A recent study by Bloomberg used Stable Diffusion, a text-image AI model, to generate 5,100 images of people as a representation of workers for 14 jobs. The analysis suggested that the images generated for people working in high-paying jobs (Lawyers, Engineers etc.) were mostly of lighter skin tones, while images of people with darker skin tones were predominantly generated for prompts like “Janitors” and “Dishwashers” etc.
This is far from reality. The same report compares how many ‘Women’ images were generated for the keyword “judge”. It was only 3%, while in reality, 34% of US judges are women! How this will change the worldview we hold today…you guessed it right…is yet to be known!
What is next?
A report by Gartner indicates that by 2025, 30% of marketing from large organizations will be through AI-generated content. Another report by Bloomberg suggests that the Generative AI market is set to reach $ 1.3 trillion by 2032.
This puts a huge responsibility on large organizations, Governments and Academia to join hands to fight for ethical and responsible AI practices. A global standard providing Data Lifecycle frameworks to validate data sources and their authentication needs to be introduced. Blockchain can play a major role in this data governance and modelling by providing an immutable, distributed and trusted network to validate content generated or consumed by AI models.

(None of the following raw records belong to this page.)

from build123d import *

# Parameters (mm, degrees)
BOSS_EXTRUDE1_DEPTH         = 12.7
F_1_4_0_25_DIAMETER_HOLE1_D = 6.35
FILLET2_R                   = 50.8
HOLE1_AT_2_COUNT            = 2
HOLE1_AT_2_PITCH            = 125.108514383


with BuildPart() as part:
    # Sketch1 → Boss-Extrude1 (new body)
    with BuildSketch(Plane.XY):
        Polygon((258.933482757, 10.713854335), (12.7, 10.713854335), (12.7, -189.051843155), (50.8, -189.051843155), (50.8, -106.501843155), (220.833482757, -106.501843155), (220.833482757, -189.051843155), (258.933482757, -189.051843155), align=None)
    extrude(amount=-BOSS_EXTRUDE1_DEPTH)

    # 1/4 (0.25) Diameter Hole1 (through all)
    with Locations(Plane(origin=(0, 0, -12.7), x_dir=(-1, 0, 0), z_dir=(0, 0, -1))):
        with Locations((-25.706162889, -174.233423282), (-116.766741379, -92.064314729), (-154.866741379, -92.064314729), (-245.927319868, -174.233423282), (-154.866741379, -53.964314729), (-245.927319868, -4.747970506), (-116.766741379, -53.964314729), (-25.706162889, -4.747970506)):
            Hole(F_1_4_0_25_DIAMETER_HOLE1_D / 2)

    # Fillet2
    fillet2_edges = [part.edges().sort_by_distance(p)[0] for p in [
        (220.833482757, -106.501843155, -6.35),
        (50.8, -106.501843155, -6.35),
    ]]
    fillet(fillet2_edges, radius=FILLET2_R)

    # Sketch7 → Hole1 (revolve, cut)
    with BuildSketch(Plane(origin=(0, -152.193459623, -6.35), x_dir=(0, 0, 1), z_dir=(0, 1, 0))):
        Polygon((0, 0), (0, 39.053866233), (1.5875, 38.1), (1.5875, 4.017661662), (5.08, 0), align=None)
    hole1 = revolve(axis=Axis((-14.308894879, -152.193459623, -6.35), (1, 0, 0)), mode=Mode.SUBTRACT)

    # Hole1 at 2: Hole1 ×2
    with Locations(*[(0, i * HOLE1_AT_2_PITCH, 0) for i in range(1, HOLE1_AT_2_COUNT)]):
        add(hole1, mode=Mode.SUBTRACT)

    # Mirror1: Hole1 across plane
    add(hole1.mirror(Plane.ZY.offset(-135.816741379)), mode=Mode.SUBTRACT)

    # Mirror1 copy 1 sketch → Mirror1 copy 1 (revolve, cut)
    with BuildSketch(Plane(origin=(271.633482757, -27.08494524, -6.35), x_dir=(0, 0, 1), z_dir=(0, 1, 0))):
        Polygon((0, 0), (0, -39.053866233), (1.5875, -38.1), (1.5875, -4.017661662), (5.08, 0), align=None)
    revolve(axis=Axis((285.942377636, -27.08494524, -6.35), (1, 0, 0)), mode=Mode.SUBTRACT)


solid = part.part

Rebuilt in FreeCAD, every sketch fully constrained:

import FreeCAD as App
import Part
import Sketcher
from FreeCAD import Vector
Q = App.Units.Quantity


def edges_at(feature, points):
    """Names of the edges that pass closest to the given points."""
    edges = feature.Shape.Edges
    near = lambda p: min(range(len(edges)), key=lambda i: edges[i].distToShape(Part.Vertex(*p))[0])
    return sorted({f"Edge{near(p) + 1}" for p in points})

doc = App.newDocument("Part")
body = doc.addObject("PartDesign::Body", "Body")

sketch1 = body.newObject("Sketcher::SketchObject", "Sketch")
sketch1.AttachmentSupport = (doc.getObject("XY_Plane"), [""])
sketch1.MapMode = "FlatFace"
sketch1.addGeometry([
    Part.LineSegment(Vector(259, 11, 0), Vector(13, 11, 0)),
    Part.LineSegment(Vector(13, 11, 0), Vector(13, -189, 0)),
    Part.LineSegment(Vector(13, -189, 0), Vector(51, -189, 0)),
    Part.LineSegment(Vector(51, -189, 0), Vector(51, -107, 0)),
    Part.LineSegment(Vector(51, -107, 0), Vector(221, -107, 0)),
    Part.LineSegment(Vector(221, -107, 0), Vector(221, -189, 0)),
    Part.LineSegment(Vector(221, -189, 0), Vector(259, -189, 0)),
    Part.LineSegment(Vector(259, -189, 0), Vector(259, 11, 0)),
], False)
sketch1.addConstraint([
    Sketcher.Constraint("Coincident", 0, 2, 1, 1),
    Sketcher.Constraint("Coincident", 1, 2, 2, 1),
    Sketcher.Constraint("Coincident", 2, 2, 3, 1),
    Sketcher.Constraint("Coincident", 3, 2, 4, 1),
    Sketcher.Constraint("Coincident", 4, 2, 5, 1),
    Sketcher.Constraint("Coincident", 5, 2, 6, 1),
    Sketcher.Constraint("Coincident", 6, 2, 7, 1),
    Sketcher.Constraint("Coincident", 7, 2, 0, 1),
    Sketcher.Constraint("Horizontal", 0),
    Sketcher.Constraint("Vertical", 1),
    Sketcher.Constraint("Horizontal", 2),
    Sketcher.Constraint("Vertical", 3),
    Sketcher.Constraint("Horizontal", 4),
    Sketcher.Constraint("Vertical", 5),
    Sketcher.Constraint("Horizontal", 6),
    Sketcher.Constraint("Vertical", 7),
    Sketcher.Constraint("Horizontal", 2, 2, 5, 2),
    Sketcher.Constraint("Equal", 2, 6),
    Sketcher.Constraint("DistanceX", 2, 1, 2, 2, Q("1.5 in")),
    Sketcher.Constraint("DistanceX", -1, 1, 2, 2, Q("2 in")),
    Sketcher.Constraint("DistanceY", 3, 1, 3, 2, Q("3.25 in")),
    Sketcher.Constraint("DistanceX", 0, 2, 0, 1, 246.233483),
    Sketcher.Constraint("DistanceY", 1, 2, 1, 1, 199.765697),
    Sketcher.Constraint("DistanceY", -1, 1, 0, 2, 10.713854),
])
pad1 = body.newObject("PartDesign::Pad", "Pad")
pad1.Profile = sketch1
pad1.Length = Q("0.5 in")
pad1.Reversed = True

sketch2 = body.newObject("Sketcher::SketchObject", "Sketch001")
sketch2.AttachmentSupport = (doc.getObject("XY_Plane"), [""])
sketch2.MapMode = "FlatFace"
sketch2.AttachmentOffset = App.Placement(Vector(0, 0, -0.5 * 25.4), App.Rotation())
sketch2.addGeometry([
    Part.Circle(Vector(25.7, -174.2, 0), Vector(0, 0, 1), 3.2),
    Part.Circle(Vector(116.8, -92.1, 0), Vector(0, 0, 1), 3.2),
    Part.Circle(Vector(154.9, -92.1, 0), Vector(0, 0, 1), 3.2),
    Part.Circle(Vector(245.9, -174.2, 0), Vector(0, 0, 1), 3.2),
    Part.Circle(Vector(154.9, -54, 0), Vector(0, 0, 1), 3.2),
    Part.Circle(Vector(245.9, -4.7, 0), Vector(0, 0, 1), 3.2),
    Part.Circle(Vector(116.8, -54, 0), Vector(0, 0, 1), 3.2),
    Part.Circle(Vector(25.7, -4.7, 0), Vector(0, 0, 1), 3.2),
], False)
sketch2.addConstraint([
    Sketcher.Constraint("Equal", 0, 1),
    Sketcher.Constraint("Equal", 1, 2),
    Sketcher.Constraint("Equal", 2, 3),
    Sketcher.Constraint("Equal", 3, 4),
    Sketcher.Constraint("Equal", 4, 5),
    Sketcher.Constraint("Equal", 5, 6),
    Sketcher.Constraint("Equal", 6, 7),
    Sketcher.Constraint("Horizontal", 1, 3, 2, 3),
    Sketcher.Constraint("Horizontal", 0, 3, 3, 3),
    Sketcher.Constraint("Horizontal", 4, 3, 6, 3),
    Sketcher.Constraint("Horizontal", 5, 3, 7, 3),
    Sketcher.Constraint("Vertical", 2, 3, 4, 3),
    Sketcher.Constraint("Vertical", 3, 3, 5, 3),
    Sketcher.Constraint("Vertical", 1, 3, 6, 3),
    Sketcher.Constraint("Vertical", 0, 3, 7, 3),
    Sketcher.Constraint("Diameter", 0, Q("0.25 in")),
    Sketcher.Constraint("DistanceX", 1, 3, 2, 3, Q("1.5 in")),
    Sketcher.Constraint("DistanceY", 2, 3, 4, 3, Q("1.5 in")),
    Sketcher.Constraint("DistanceX", -1, 1, 1, 3, 116.766741),
    Sketcher.Constraint("DistanceX", -1, 1, 3, 3, 245.92732),
    Sketcher.Constraint("DistanceY", 5, 3, -1, 1, 4.747971),
    Sketcher.Constraint("DistanceX", 0, 3, 1, 3, 91.060578),
    Sketcher.Constraint("DistanceY", 0, 3, 1, 3, 82.169109),
    Sketcher.Constraint("DistanceY", 0, 3, -1, 1, 174.233423),
])
doc.recompute()
hole = body.newObject("PartDesign::Hole", "Hole")
hole.Profile = sketch2
hole.ThreadType = "None"
hole.Diameter = Q("0.25 in")
hole.DepthType = "ThroughAll"
hole.Reversed = True
doc.recompute()

fillet = body.newObject("PartDesign::Fillet", "Fillet")
fillet.Base = (hole, edges_at(hole, [(220.833, -106.502, -6.35), (50.8, -106.502, -6.35)]))
fillet.Radius = Q("2 in")

sketch3 = body.newObject("Sketcher::SketchObject", "Sketch002")
sketch3.AttachmentSupport = (doc.getObject("XZ_Plane"), [""])
sketch3.MapMode = "FlatFace"
sketch3.AttachmentOffset = App.Placement(Vector(0, 0, 152.19346), App.Rotation())
sketch3.addGeometry([
    Part.LineSegment(Vector(39.1, -6.3, 0), Vector(0, -6.3, 0)),
    Part.LineSegment(Vector(0, -6.3, 0), Vector(0, -1.3, 0)),
    Part.LineSegment(Vector(0, -1.3, 0), Vector(4, -4.8, 0)),
    Part.LineSegment(Vector(4, -4.8, 0), Vector(38.1, -4.8, 0)),
    Part.LineSegment(Vector(38.1, -4.8, 0), Vector(39.1, -6.3, 0)),
], False)
sketch3.addGeometry(Part.LineSegment(Vector(0, -6.3, 0), Vector(39.1, -6.3, 0)), True)
sketch3.addConstraint([
    Sketcher.Constraint("Coincident", 0, 2, 1, 1),
    Sketcher.Constraint("Coincident", 1, 2, 2, 1),
    Sketcher.Constraint("Coincident", 2, 2, 3, 1),
    Sketcher.Constraint("Coincident", 3, 2, 4, 1),
    Sketcher.Constraint("Coincident", 4, 2, 0, 1),
    Sketcher.Constraint("Horizontal", 0),
    Sketcher.Constraint("Vertical", 1),
    Sketcher.Constraint("Horizontal", 3),
    Sketcher.Constraint("Horizontal", 5),
    Sketcher.Constraint("Coincident", 5, 1, 0, 2),
    Sketcher.Constraint("PointOnObject", 0, 2, -2),
    Sketcher.Constraint("Equal", 0, 5),
    Sketcher.Constraint("DistanceY", 1, 1, 1, 2, Q("0.2 in")),
    Sketcher.Constraint("Angle", 2, Q("-41 deg")),
    Sketcher.Constraint("Angle", 4, Q("-59 deg")),
    Sketcher.Constraint("DistanceX", -1, 1, 3, 2, Q("1.5 in")),
    Sketcher.Constraint("DistanceY", 0, 2, -1, 1, Q("0.25 in")),
    Sketcher.Constraint("DistanceY", 2, 2, -1, 1, Q("0.1875 in")),
])
groove = body.newObject("PartDesign::Groove", "Groove")
groove.Profile = sketch3
groove.ReferenceAxis = (sketch3, ["Axis0"])
groove.Angle = 360
doc.recompute()

linearpattern = body.newObject("PartDesign::LinearPattern", "LinearPattern")
linearpattern.Originals = [groove]
linearpattern.Direction = (doc.getObject("Y_Axis"), [""])
linearpattern.Mode = "offset"
linearpattern.Offset = 125.108514
linearpattern.Occurrences = 2
body.Tip = linearpattern
doc.recompute()

datumplane = body.newObject("PartDesign::Plane", "DatumPlane")
datumplane.AttachmentSupport = (doc.getObject("YZ_Plane"), [""])
datumplane.MapMode = "FlatFace"
datumplane.AttachmentOffset = App.Placement(Vector(0, 0, 135.816741), App.Rotation())
mirrored = body.newObject("PartDesign::Mirrored", "Mirrored")
mirrored.Originals = [groove]
mirrored.MirrorPlane = (datumplane, [""])
body.Tip = mirrored

sketch4 = body.newObject("Sketcher::SketchObject", "Sketch003")
sketch4.AttachmentSupport = (doc.getObject("XZ_Plane"), [""])
sketch4.MapMode = "FlatFace"
sketch4.AttachmentOffset = App.Placement(Vector(0, 0, 27.084945), App.Rotation())
sketch4.addGeometry([
    Part.LineSegment(Vector(271.6, -6.3, 0), Vector(232.6, -6.3, 0)),
    Part.LineSegment(Vector(232.6, -6.3, 0), Vector(233.5, -4.8, 0)),
    Part.LineSegment(Vector(233.5, -4.8, 0), Vector(267.6, -4.8, 0)),
    Part.LineSegment(Vector(267.6, -4.8, 0), Vector(271.6, -1.3, 0)),
    Part.LineSegment(Vector(271.6, -1.3, 0), Vector(271.6, -6.3, 0)),
], False)
sketch4.addGeometry(Part.LineSegment(Vector(232.6, -6.3, 0), Vector(271.6, -6.3, 0)), True)
sketch4.addConstraint([
    Sketcher.Constraint("Coincident", 0, 2, 1, 1),
    Sketcher.Constraint("Coincident", 1, 2, 2, 1),
    Sketcher.Constraint("Coincident", 2, 2, 3, 1),
    Sketcher.Constraint("Coincident", 3, 2, 4, 1),
    Sketcher.Constraint("Coincident", 4, 2, 0, 1),
    Sketcher.Constraint("Horizontal", 0),
    Sketcher.Constraint("Horizontal", 2),
    Sketcher.Constraint("Vertical", 4),
    Sketcher.Constraint("Horizontal", 5),
    Sketcher.Constraint("Coincident", 5, 1, 0, 2),
    Sketcher.Constraint("Vertical", 3, 2, 5, 2),
    Sketcher.Constraint("DistanceY", 4, 2, 4, 1, Q("0.2 in")),
    Sketcher.Constraint("Angle", 1, Q("59 deg")),
    Sketcher.Constraint("Angle", 3, Q("41 deg")),
    Sketcher.Constraint("DistanceX", 1, 2, 3, 2, Q("1.5 in")),
    Sketcher.Constraint("DistanceY", 0, 2, -1, 1, Q("0.25 in")),
    Sketcher.Constraint("DistanceY", 1, 2, -1, 1, Q("0.1875 in")),
    Sketcher.Constraint("DistanceX", -1, 1, 2, 2, 267.615821),
])
groove2 = body.newObject("PartDesign::Groove", "Groove001")
groove2.Profile = sketch4
groove2.ReferenceAxis = (sketch4, ["Axis0"])
groove2.Angle = 360

doc.recompute()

As for the general public, as I always advocate, improving Digital Literacy is the only way to make informed choices with the use of AI. The core definition of Digital Literacy is no longer how you can use a computer, but extends to how we interpret, understand and connect the results generated by AI algorithms. With the power to reshape perspectives, AI holds the key to forging a brighter future – provided we remain vigilant and aware of its limitations.